2) O CDP tem uma pesquisa dedicada à sustentabilidade de cadeias de suprimentos. No Brasil, a organização destacou, na Análise de Engajamento de Fornecedor (SEA, na sigla em inglês) três empresas industriais: Ambev, CBA e Klabin (além de CPFL, Lojas Renner, Movida e Vivo, em serviços).
3) A consultoria Verdantix faz todo ano uma pesquisa dos melhores fornecedores de software para gestão de carbono na cadeia produtiva. Entre as empresas do segmento estão a francesa Ecovadis (que em 2022 recebeu de BlackRock e outros o maior investimento já feito nessa área), a americana Sinai Technologies (fundada pela brasileira Maria Carolina Fujihara) e as brasileiras Mangue e Deep ESG.
4) A consultoria CPO Strategy faz todo ano uma lista das 100 melhores ferramentas tecnológicas de compras.
5) O Instituto Euvaldo Lodi, ligado à CNI (Confederação Nacional da Indústria), oferece um Programa de Desenvolvimento e Qualificação de Fornecedores.
6) A iniciativa The Climate Drive tem uma Biblioteca de Ações ou Action Library (atualmente disponível apenas em inglês) com 16 aulas sobre descarbonização da cadeia de valor.

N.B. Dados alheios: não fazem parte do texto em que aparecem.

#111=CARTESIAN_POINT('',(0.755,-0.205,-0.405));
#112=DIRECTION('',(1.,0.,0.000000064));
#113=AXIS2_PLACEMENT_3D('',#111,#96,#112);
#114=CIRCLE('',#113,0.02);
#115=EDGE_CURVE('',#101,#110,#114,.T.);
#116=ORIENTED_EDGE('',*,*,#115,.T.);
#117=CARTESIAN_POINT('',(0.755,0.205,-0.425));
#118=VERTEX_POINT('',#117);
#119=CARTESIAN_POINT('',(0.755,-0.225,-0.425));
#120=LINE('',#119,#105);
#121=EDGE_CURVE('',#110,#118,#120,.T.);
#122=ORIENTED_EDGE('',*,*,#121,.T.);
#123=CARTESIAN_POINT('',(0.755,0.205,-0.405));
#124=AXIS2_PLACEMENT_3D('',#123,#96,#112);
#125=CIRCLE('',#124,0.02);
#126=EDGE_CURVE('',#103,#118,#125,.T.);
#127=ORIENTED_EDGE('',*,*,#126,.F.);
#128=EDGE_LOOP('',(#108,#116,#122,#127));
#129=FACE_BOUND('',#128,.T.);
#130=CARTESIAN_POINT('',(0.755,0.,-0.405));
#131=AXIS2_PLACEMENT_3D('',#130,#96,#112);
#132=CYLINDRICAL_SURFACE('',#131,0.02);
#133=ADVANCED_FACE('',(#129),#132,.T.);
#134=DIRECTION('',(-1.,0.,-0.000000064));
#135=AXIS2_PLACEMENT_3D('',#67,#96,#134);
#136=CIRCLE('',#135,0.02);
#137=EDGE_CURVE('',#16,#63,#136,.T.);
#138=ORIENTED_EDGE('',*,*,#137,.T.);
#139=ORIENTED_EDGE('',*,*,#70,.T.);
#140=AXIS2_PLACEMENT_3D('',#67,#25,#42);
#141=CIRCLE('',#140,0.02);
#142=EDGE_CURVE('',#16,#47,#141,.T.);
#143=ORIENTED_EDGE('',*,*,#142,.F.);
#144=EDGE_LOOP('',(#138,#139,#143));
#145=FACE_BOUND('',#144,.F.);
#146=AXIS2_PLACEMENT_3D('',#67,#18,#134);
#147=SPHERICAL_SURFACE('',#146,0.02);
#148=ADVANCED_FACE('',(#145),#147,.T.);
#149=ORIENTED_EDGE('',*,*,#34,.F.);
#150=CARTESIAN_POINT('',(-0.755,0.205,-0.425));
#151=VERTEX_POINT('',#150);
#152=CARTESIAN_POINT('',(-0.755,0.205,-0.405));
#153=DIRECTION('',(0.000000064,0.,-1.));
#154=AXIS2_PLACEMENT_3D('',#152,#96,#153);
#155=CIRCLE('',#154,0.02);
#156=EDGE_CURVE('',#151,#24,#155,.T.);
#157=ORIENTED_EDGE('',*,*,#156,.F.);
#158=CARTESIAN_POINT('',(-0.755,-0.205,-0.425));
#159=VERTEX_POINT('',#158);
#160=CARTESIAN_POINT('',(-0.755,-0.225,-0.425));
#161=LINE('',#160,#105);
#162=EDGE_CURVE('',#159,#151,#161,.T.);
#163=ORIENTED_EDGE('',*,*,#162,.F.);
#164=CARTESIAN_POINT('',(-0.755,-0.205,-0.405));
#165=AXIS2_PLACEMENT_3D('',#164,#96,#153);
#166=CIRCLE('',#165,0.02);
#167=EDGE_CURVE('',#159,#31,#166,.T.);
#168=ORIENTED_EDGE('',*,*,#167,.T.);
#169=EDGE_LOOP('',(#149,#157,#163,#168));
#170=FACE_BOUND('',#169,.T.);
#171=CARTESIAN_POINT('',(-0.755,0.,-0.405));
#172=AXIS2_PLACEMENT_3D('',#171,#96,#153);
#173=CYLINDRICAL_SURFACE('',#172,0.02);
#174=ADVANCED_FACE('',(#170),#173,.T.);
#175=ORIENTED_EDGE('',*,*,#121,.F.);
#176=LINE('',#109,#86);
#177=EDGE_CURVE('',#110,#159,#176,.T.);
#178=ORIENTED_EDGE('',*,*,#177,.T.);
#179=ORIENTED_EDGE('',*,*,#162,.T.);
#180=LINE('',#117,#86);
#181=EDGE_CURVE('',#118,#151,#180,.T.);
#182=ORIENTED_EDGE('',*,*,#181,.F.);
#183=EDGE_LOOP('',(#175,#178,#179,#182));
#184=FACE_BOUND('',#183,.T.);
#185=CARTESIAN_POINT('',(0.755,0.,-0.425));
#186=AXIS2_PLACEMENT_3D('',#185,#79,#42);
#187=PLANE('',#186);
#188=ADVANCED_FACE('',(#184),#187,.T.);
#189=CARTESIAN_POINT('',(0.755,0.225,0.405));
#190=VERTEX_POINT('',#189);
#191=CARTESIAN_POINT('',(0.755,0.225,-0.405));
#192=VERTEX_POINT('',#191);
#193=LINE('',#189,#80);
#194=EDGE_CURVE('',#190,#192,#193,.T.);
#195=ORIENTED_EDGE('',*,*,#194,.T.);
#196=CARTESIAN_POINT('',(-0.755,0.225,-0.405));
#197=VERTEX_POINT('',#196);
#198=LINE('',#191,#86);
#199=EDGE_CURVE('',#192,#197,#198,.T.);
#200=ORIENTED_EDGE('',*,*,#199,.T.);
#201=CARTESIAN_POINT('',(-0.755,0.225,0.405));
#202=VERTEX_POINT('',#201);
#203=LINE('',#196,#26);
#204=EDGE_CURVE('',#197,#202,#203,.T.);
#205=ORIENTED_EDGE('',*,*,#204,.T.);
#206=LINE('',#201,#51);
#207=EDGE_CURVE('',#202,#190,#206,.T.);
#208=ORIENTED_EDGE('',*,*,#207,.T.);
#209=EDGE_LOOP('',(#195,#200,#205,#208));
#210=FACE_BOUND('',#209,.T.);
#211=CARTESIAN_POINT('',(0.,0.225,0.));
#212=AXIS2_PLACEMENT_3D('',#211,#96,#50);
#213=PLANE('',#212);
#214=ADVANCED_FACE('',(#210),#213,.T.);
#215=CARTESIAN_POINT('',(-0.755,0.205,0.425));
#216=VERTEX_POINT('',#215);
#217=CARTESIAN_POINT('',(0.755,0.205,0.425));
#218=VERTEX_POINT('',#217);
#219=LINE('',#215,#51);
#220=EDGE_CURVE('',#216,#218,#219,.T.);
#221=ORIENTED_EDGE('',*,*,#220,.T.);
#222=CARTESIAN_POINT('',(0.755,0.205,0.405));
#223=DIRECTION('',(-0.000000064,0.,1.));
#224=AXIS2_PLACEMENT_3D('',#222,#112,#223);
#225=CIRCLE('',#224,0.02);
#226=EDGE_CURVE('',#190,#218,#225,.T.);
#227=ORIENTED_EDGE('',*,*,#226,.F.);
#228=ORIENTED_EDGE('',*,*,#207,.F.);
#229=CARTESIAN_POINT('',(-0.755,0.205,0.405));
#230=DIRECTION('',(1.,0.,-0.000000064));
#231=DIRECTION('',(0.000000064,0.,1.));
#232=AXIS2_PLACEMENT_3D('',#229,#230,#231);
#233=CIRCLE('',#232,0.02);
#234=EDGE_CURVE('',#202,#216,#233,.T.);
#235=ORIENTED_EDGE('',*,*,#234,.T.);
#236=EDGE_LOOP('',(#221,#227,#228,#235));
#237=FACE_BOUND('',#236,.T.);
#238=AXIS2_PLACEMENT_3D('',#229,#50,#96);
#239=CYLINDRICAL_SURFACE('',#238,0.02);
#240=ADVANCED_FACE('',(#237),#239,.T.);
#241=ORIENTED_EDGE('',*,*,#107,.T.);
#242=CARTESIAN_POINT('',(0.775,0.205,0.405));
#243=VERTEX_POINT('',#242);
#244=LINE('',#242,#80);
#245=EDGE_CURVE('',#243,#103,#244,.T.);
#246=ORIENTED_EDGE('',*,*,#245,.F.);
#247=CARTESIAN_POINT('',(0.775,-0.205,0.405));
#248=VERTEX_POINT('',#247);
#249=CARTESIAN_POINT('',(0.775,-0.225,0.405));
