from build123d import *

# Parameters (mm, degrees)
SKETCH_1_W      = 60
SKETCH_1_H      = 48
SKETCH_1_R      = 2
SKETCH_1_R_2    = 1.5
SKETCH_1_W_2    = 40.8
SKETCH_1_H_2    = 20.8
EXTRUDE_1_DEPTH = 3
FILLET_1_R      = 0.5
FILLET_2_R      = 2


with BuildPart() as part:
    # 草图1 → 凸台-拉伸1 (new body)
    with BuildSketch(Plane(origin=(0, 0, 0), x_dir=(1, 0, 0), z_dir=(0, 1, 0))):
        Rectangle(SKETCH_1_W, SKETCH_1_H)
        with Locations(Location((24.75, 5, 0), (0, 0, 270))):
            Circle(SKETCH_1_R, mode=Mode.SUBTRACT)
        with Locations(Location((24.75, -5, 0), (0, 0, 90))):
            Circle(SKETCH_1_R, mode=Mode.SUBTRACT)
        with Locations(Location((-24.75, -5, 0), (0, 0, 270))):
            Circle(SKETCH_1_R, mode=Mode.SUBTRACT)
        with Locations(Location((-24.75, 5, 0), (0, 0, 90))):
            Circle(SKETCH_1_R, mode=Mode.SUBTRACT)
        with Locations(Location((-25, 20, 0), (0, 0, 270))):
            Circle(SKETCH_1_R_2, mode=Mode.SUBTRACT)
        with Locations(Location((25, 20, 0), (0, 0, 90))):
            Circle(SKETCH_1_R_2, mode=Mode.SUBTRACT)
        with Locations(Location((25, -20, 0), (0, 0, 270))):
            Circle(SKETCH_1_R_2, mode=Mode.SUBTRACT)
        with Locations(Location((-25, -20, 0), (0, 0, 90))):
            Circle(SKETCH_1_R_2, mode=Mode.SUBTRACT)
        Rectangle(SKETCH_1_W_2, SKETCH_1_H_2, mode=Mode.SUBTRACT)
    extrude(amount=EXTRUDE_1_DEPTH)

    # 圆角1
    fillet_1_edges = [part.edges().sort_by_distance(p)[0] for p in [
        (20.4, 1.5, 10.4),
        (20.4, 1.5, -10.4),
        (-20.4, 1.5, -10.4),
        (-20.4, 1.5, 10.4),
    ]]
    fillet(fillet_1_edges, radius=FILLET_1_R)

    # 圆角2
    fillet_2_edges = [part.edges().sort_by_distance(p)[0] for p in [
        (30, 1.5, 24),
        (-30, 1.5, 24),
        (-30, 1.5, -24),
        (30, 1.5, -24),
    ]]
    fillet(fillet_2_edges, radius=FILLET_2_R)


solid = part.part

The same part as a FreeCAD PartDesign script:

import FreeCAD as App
import Part
import Sketcher
Q = App.Units.Quantity


def edges_at(feature, points):
    """Names of the edges that pass closest to the given points."""
    edges = feature.Shape.Edges
    near = lambda p: min(range(len(edges)), key=lambda i: edges[i].distToShape(Part.Vertex(*p))[0])
    return sorted({f"Edge{near(p) + 1}" for p in points})


def add_polygon(sketch, points):
    """Adds a closed chain of lines whose ends are joined by coincident constraints."""
    first, n = sketch.GeometryCount, len(points)
    for a, b in zip(points, points[1:] + points[:1]):
        sketch.addGeometry(Part.LineSegment(App.Vector(*a, 0), App.Vector(*b, 0)), False)
    for i in range(n):
        sketch.addConstraint(Sketcher.Constraint("Coincident", first + i, 2, first + (i + 1) % n, 1))

doc = App.newDocument("Part")
body = doc.addObject("PartDesign::Body", "Body")

# Sketch on XZ plane
sketch1 = body.newObject("Sketcher::SketchObject", "Sketch")
sketch1.AttachmentSupport = (doc.getObject("XZ_Plane"), [""])
sketch1.MapMode = "FlatFace"
add_polygon(sketch1, [(-30, -24), (-30, 24), (30, 24), (30, -24)])  # lines 0-3
sketch1.addGeometry(Part.Circle(App.Vector(-25, 20, 0), App.Vector(0, 0, 1), 1.5), False)  # 4
sketch1.addGeometry(Part.Circle(App.Vector(-24.75, 5, 0), App.Vector(0, 0, 1), 2), False)  # 5
sketch1.addGeometry(Part.Circle(App.Vector(25, 20, 0), App.Vector(0, 0, 1), 1.5), False)  # 6
sketch1.addGeometry(Part.Circle(App.Vector(24.75, 5, 0), App.Vector(0, 0, 1), 2), False)  # 7
sketch1.addGeometry(Part.Circle(App.Vector(-24.75, -5, 0), App.Vector(0, 0, 1), 2), False)  # 8
add_polygon(sketch1, [(20.4, 10.4), (-20.4, 10.4), (-20.4, -10.4), (20.4, -10.4)])  # lines 9-12
sketch1.addGeometry(Part.Circle(App.Vector(-25, -20, 0), App.Vector(0, 0, 1), 1.5), False)  # 13
sketch1.addGeometry(Part.Circle(App.Vector(24.75, -5, 0), App.Vector(0, 0, 1), 2), False)  # 14
sketch1.addGeometry(Part.Circle(App.Vector(25, -20, 0), App.Vector(0, 0, 1), 1.5), False)  # 15
sketch1.addConstraint([
    Sketcher.Constraint("Vertical", 0),
    Sketcher.Constraint("Horizontal", 1),
    Sketcher.Constraint("Vertical", 2),
    Sketcher.Constraint("Horizontal", 3),
    Sketcher.Constraint("Horizontal", 9),
    Sketcher.Constraint("Vertical", 10),
    Sketcher.Constraint("Horizontal", 11),
    Sketcher.Constraint("Vertical", 12),
    Sketcher.Constraint("Equal", 4, 6),
    Sketcher.Constraint("Equal", 5, 7),
    Sketcher.Constraint("Equal", 7, 8),
    Sketcher.Constraint("Equal", 6, 13),
    Sketcher.Constraint("Equal", 8, 14),
    Sketcher.Constraint("Equal", 13, 15),
    Sketcher.Constraint("Symmetric", 7, 3, 8, 3, -1, 1),
    Sketcher.Constraint("Symmetric", 6, 3, 13, 3, -1, 1),
    Sketcher.Constraint("Symmetric", 5, 3, 14, 3, -1, 1),
    Sketcher.Constraint("Symmetric", 4, 3, 15, 3, -1, 1),
    Sketcher.Constraint("Symmetric", 0, 2, 2, 2, -1, 1),
    Sketcher.Constraint("Symmetric", 9, 2, 11, 2, -1, 1),
    Sketcher.Constraint("Symmetric", 4, 3, 6, 3, -2),
    Sketcher.Constraint("Symmetric", 5, 3, 7, 3, -2),
    Sketcher.Constraint("Diameter", 4, Q("3 mm")),
    Sketcher.Constraint("Diameter", 5, Q("4 mm")),
    Sketcher.Constraint("DistanceX", 1, 1, 1, 2, Q("60 mm")),
    Sketcher.Constraint("DistanceY", 0, 1, 0, 2, Q("48 mm")),
    Sketcher.Constraint("DistanceX", 9, 2, 9, 1, Q("40.8 mm")),
    Sketcher.Constraint("DistanceY", 10, 2, 10, 1, Q("20.8 mm")),
    Sketcher.Constraint("DistanceX", 4, 3, -1, 1, Q("25 mm")),
    Sketcher.Constraint("DistanceY", -1, 1, 4, 3, Q("20 mm")),
    Sketcher.Constraint("DistanceY", -1, 1, 5, 3, Q("5 mm")),
    Sketcher.Constraint("DistanceX", 5, 3, 7, 3, Q("49.5 mm")),
])
pad1 = body.newObject("PartDesign::Pad", "Pad")
pad1.Profile = sketch1
pad1.Length = 3
pad1.Reversed = True
doc.recompute()

fillet = body.newObject("PartDesign::Fillet", "Fillet")
fillet.Base = (pad1, edges_at(pad1, [
    (20.4, 1.5, 10.4),
    (20.4, 1.5, -10.4),
    (-20.4, 1.5, -10.4),
    (-20.4, 1.5, 10.4),
]))
fillet.Radius = 0.5
doc.recompute()

fillet2 = body.newObject("PartDesign::Fillet", "Fillet001")
fillet2.Base = (fillet, edges_at(fillet, [
    (30, 1.5, 24),
    (-30, 1.5, 24),
    (-30, 1.5, -24),
    (30, 1.5, -24),
]))
fillet2.Radius = 2

doc.recompute()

7) A aliança empresarial Together for sustainability (TfS), do setor químico, reúne 57 grandes empresas e se dedica à avaliação e melhoria do desempenho de fornecedores em relação à sustentabilidade. Os fornecedores auditados recebem um scorecard que podem apresentar a potenciais novos clientes. A TfS lançou em outubro de 2024 uma ferramenta de cálculo de pegada de carbono para cadeias e vai realizar, de março a novembro de 2025, uma série de webinars sobre compras sustentáveis.
8) A aliança The Sustainable Procurement Pledge reúne mais de 15 mil profissionais de compras no mundo. Oferece recursos de treinamento para compras sustentáveis e vai realizar uma maratona educativa online no seu “Dia Mundial das Compras Sustentáveis”, em 20 de março.